Task goal: Restate word for word the entries below, starting with the line with "e28 v21 v22" and continuing through the line with "e29 v23 v22 LINE". Include both of those lines and no others.

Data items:
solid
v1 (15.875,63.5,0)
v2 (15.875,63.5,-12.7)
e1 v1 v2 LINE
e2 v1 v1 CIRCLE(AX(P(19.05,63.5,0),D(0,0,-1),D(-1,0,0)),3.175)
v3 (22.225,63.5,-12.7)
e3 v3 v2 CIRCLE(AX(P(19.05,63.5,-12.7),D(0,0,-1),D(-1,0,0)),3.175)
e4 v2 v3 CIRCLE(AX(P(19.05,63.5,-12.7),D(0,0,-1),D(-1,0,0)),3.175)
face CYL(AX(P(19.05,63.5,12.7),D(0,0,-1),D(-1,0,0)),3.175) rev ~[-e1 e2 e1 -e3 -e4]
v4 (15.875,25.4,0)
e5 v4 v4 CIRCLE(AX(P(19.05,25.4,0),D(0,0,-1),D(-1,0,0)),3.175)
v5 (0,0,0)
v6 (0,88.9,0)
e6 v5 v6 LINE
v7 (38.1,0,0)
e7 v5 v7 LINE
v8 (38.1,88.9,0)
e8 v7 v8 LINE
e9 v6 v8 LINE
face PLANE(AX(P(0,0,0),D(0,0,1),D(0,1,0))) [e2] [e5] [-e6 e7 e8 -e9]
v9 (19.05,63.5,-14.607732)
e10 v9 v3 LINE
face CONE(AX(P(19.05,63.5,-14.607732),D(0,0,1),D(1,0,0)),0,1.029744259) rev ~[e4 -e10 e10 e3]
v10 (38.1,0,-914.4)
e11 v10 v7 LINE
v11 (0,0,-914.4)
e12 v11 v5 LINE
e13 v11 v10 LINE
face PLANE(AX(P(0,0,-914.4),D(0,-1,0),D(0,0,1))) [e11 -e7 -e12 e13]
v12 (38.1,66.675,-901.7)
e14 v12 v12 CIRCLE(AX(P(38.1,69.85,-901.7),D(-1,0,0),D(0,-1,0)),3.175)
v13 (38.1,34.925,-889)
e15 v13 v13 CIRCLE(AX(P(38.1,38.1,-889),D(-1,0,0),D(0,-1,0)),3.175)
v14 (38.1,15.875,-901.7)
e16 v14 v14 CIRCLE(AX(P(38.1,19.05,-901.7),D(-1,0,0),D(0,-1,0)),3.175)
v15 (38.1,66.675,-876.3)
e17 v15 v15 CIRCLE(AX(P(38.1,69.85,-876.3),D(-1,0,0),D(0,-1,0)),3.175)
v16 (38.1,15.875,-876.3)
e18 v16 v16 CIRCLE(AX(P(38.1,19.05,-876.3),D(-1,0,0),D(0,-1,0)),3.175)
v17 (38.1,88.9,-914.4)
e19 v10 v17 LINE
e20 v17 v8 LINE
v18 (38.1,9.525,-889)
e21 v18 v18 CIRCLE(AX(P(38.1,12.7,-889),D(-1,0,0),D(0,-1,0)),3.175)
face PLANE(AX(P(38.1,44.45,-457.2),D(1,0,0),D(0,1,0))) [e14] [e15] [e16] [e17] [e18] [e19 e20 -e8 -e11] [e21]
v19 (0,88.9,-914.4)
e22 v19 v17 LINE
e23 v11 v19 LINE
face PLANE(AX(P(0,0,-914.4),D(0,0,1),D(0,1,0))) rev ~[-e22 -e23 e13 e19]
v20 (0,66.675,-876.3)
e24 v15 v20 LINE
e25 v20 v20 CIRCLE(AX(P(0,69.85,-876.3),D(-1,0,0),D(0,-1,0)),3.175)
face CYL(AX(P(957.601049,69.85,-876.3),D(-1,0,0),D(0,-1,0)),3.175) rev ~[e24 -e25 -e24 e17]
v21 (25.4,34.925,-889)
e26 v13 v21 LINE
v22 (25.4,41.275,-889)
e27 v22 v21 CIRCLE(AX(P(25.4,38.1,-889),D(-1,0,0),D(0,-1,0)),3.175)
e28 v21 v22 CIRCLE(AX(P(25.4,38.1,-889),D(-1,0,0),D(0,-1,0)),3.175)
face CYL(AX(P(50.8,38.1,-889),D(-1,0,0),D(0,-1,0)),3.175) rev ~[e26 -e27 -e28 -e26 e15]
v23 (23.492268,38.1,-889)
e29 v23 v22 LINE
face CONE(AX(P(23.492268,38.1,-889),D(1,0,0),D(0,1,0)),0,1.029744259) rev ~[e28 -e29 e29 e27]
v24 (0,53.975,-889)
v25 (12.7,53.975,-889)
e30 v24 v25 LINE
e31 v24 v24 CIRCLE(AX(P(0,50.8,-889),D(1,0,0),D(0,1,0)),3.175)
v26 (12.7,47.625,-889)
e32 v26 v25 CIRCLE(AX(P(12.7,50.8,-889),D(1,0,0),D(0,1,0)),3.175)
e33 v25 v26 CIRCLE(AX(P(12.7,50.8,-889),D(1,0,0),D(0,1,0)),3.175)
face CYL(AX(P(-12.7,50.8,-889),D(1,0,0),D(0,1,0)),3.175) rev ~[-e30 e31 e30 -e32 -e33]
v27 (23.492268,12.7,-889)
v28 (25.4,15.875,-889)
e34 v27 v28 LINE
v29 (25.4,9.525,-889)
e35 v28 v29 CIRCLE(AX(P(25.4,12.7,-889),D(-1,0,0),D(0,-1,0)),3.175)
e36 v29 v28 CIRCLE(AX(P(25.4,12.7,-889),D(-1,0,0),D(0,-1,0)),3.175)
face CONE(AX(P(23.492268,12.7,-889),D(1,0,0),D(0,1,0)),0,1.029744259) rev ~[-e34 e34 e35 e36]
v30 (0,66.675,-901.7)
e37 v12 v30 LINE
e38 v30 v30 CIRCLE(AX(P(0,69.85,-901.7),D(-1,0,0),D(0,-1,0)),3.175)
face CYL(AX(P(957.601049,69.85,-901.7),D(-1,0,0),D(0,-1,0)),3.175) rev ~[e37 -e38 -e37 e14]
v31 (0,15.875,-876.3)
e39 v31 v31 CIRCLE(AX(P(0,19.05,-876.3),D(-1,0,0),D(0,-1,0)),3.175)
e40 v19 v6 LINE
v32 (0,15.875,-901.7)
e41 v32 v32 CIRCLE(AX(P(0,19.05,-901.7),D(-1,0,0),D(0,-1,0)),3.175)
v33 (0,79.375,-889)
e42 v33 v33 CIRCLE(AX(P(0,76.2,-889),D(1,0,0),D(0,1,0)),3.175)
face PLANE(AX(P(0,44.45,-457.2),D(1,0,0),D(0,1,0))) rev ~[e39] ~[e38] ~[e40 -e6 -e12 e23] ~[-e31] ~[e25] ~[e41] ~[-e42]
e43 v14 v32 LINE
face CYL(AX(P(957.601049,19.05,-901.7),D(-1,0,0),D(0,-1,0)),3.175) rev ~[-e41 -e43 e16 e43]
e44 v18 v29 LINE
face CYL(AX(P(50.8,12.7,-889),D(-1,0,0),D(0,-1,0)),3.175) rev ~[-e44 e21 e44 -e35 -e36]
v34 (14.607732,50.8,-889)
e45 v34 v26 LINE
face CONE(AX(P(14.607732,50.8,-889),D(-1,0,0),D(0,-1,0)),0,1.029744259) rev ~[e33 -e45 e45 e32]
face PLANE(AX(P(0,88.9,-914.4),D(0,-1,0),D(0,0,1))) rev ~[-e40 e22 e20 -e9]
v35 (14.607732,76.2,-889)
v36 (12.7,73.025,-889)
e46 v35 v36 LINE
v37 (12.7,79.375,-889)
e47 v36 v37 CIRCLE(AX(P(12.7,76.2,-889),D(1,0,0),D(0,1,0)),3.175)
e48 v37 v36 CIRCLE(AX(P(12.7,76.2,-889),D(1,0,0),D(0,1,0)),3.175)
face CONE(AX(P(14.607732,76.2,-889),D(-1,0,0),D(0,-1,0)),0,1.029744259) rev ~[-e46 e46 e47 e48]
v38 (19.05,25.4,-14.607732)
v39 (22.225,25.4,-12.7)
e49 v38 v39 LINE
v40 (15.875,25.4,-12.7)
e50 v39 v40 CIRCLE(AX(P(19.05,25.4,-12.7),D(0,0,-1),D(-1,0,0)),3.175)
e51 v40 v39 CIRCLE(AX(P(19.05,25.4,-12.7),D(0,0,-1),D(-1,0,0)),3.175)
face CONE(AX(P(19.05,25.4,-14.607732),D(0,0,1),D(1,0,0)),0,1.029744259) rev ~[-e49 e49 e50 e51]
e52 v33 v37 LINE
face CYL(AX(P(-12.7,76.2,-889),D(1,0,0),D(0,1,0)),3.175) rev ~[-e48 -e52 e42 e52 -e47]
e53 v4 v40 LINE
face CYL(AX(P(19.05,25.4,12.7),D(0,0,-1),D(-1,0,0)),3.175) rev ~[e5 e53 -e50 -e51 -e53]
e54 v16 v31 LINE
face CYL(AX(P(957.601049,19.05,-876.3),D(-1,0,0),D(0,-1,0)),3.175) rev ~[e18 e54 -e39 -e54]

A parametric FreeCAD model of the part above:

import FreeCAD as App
import Part
import Sketcher
Q = App.Units.Quantity

doc = App.newDocument("Part")
body = doc.addObject("PartDesign::Body", "Body")

sketch1 = doc.addObject("Sketcher::SketchObject", "Sketch")
body.addObject(sketch1)
sketch1.AttachmentSupport = (doc.YZ_Plane, [""])
sketch1.MapMode = "FlatFace"
sketch1.addGeometry([
    Part.LineSegment(App.Vector(0, 0, 0), App.Vector(0, -914.4, 0)),
    Part.LineSegment(App.Vector(0, -914.4, 0), App.Vector(88.9, -914.4, 0)),
    Part.LineSegment(App.Vector(88.9, -914.4, 0), App.Vector(88.9, 0, 0)),
    Part.LineSegment(App.Vector(88.9, 0, 0), App.Vector(0, 0, 0)),
], False)
sketch1.addConstraint([
    Sketcher.Constraint("Coincident", 0, 2, 1, 1),
    Sketcher.Constraint("Coincident", 1, 2, 2, 1),
    Sketcher.Constraint("Coincident", 2, 2, 3, 1),
    Sketcher.Constraint("Coincident", 3, 2, 0, 1),
    Sketcher.Constraint("Vertical", 0),
    Sketcher.Constraint("Horizontal", 1),
    Sketcher.Constraint("Vertical", 2),
    Sketcher.Constraint("Horizontal", 3),
    Sketcher.Constraint("Coincident", 3, 2, -1, 1),
    Sketcher.Constraint("DistanceY", 0, 2, 0, 1, Q("36 in")),
    Sketcher.Constraint("DistanceX", 1, 1, 1, 2, Q("3.5 in")),
])
pad1 = doc.addObject("PartDesign::Pad", "Pad")
body.addObject(pad1)
pad1.Profile = sketch1
pad1.Length = Q("1.5 in")

sketch2 = doc.addObject("Sketcher::SketchObject", "Sketch001")
body.addObject(sketch2)
sketch2.AttachmentSupport = (doc.YZ_Plane, [""])
sketch2.MapMode = "FlatFace"
sketch2.AttachmentOffset = App.Placement(App.Vector(0, 0, 1.5 * 25.4), App.Rotation())
sketch2.addGeometry([
    Part.Circle(App.Vector(19.05, -876.3, 0), App.Vector(0, 0, 1), 3.175),
    Part.Circle(App.Vector(19.05, -901.7, 0), App.Vector(0, 0, 1), 3.175),
    Part.Circle(App.Vector(69.85, -876.3, 0), App.Vector(0, 0, 1), 3.175),
    Part.Circle(App.Vector(69.85, -901.7, 0), App.Vector(0, 0, 1), 3.175),
], False)
sketch2.addConstraint([
    Sketcher.Constraint("Equal", 0, 1),
    Sketcher.Constraint("Equal", 1, 2),
    Sketcher.Constraint("Equal", 2, 3),
    Sketcher.Constraint("Horizontal", 0, 3, 2, 3),
    Sketcher.Constraint("Horizontal", 1, 3, 3, 3),
    Sketcher.Constraint("Vertical", 0, 3, 1, 3),
    Sketcher.Constraint("Vertical", 2, 3, 3, 3),
    Sketcher.Constraint("Diameter", 0, Q("0.25 in")),
    Sketcher.Constraint("DistanceY", 1, 3, 0, 3, Q("1 in")),
    Sketcher.Constraint("DistanceX", 0, 3, 2, 3, Q("2 in")),
    Sketcher.Constraint("DistanceY", 0, 3, -1, 1, Q("34.5 in")),
    Sketcher.Constraint("DistanceX", -1, 1, 0, 3, Q("0.75 in")),
])
doc.recompute()
hole = doc.addObject("PartDesign::Hole", "Hole")
body.addObject(hole)
hole.Profile = sketch2
hole.ThreadType = "None"
hole.Diameter = Q("0.25 in")
hole.DepthType = "ThroughAll"

sketch3 = doc.addObject("Sketcher::SketchObject", "Sketch002")
body.addObject(sketch3)
sketch3.AttachmentSupport = (doc.YZ_Plane, [""])
sketch3.MapMode = "FlatFace"
sketch3.addGeometry([
    Part.Circle(App.Vector(76.2, -889, 0), App.Vector(0, 0, 1), 3.175),
    Part.Circle(App.Vector(50.8, -889, 0), App.Vector(0, 0, 1), 3.175),
], False)
sketch3.addConstraint([
    Sketcher.Constraint("Equal", 0, 1),
    Sketcher.Constraint("Horizontal", 0, 3, 1, 3),
    Sketcher.Constraint("Diameter", 0, Q("0.25 in")),
    Sketcher.Constraint("DistanceX", -1, 1, 0, 3, Q("3 in")),
    Sketcher.Constraint("DistanceY", 0, 3, -1, 1, Q("35 in")),
    Sketcher.Constraint("DistanceX", -1, 1, 1, 3, Q("2 in")),
])
doc.recompute()
hole2 = doc.addObject("PartDesign::Hole", "Hole001")
body.addObject(hole2)
hole2.Profile = sketch3
hole2.ThreadType = "None"
hole2.Diameter = Q("0.25 in")
hole2.DepthType = "Dimension"
hole2.Depth = Q("0.5 in")
hole2.DrillPoint = "Angled"
hole2.DrillPointAngle = 118
hole2.Reversed = True

sketch4 = doc.addObject("Sketcher::SketchObject", "Sketch003")
body.addObject(sketch4)
sketch4.AttachmentSupport = (doc.YZ_Plane, [""])
sketch4.MapMode = "FlatFace"
sketch4.AttachmentOffset = App.Placement(App.Vector(0, 0, 1.5 * 25.4), App.Rotation())
sketch4.addGeometry([
    Part.Circle(App.Vector(12.7, -889, 0), App.Vector(0, 0, 1), 3.175),
    Part.Circle(App.Vector(38.1, -889, 0), App.Vector(0, 0, 1), 3.175),
], False)
sketch4.addConstraint([
    Sketcher.Constraint("Equal", 0, 1),
    Sketcher.Constraint("Horizontal", 0, 3, 1, 3),
    Sketcher.Constraint("Diameter", 0, Q("0.25 in")),
    Sketcher.Constraint("DistanceY", 0, 3, -1, 1, Q("35 in")),
    Sketcher.Constraint("DistanceX", 0, 3, 1, 3, Q("1 in")),
    Sketcher.Constraint("DistanceX", -1, 1, 0, 3, Q("0.5 in")),
])
doc.recompute()
hole3 = doc.addObject("PartDesign::Hole", "Hole002")
body.addObject(hole3)
hole3.Profile = sketch4
hole3.ThreadType = "None"
hole3.Diameter = Q("0.25 in")
hole3.DepthType = "Dimension"
hole3.Depth = Q("0.5 in")
hole3.DrillPoint = "Angled"
hole3.DrillPointAngle = 118

sketch5 = doc.addObject("Sketcher::SketchObject", "Sketch004")
body.addObject(sketch5)
sketch5.AttachmentSupport = (doc.XY_Plane, [""])
sketch5.MapMode = "FlatFace"
sketch5.addGeometry([
    Part.Circle(App.Vector(19.05, 63.5, 0), App.Vector(0, 0, 1), 3.175),
    Part.Circle(App.Vector(19.05, 25.4, 0), App.Vector(0, 0, 1), 3.175),
], False)
sketch5.addConstraint([
    Sketcher.Constraint("Equal", 0, 1),
    Sketcher.Constraint("Vertical", 0, 3, 1, 3),
    Sketcher.Constraint("Diameter", 0, Q("0.25 in")),
    Sketcher.Constraint("DistanceY", -1, 1, 1, 3, Q("1 in")),
    Sketcher.Constraint("DistanceY", -1, 1, 0, 3, Q("2.5 in")),
    Sketcher.Constraint("DistanceX", -1, 1, 0, 3, Q("0.75 in")),
])
doc.recompute()
hole4 = doc.addObject("PartDesign::Hole", "Hole003")
body.addObject(hole4)
hole4.Profile = sketch5
hole4.ThreadType = "None"
hole4.Diameter = Q("0.25 in")
hole4.DepthType = "Dimension"
hole4.Depth = Q("0.5 in")
hole4.DrillPoint = "Angled"
hole4.DrillPointAngle = 118

doc.recompute()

Written answer:
e28 v21 v22 CIRCLE(AX(P(25.4,38.1,-889),D(-1,0,0),D(0,-1,0)),3.175)
face CYL(AX(P(50.8,38.1,-889),D(-1,0,0),D(0,-1,0)),3.175) rev ~[e26 -e27 -e28 -e26 e15]
v23 (23.492268,38.1,-889)
e29 v23 v22 LINE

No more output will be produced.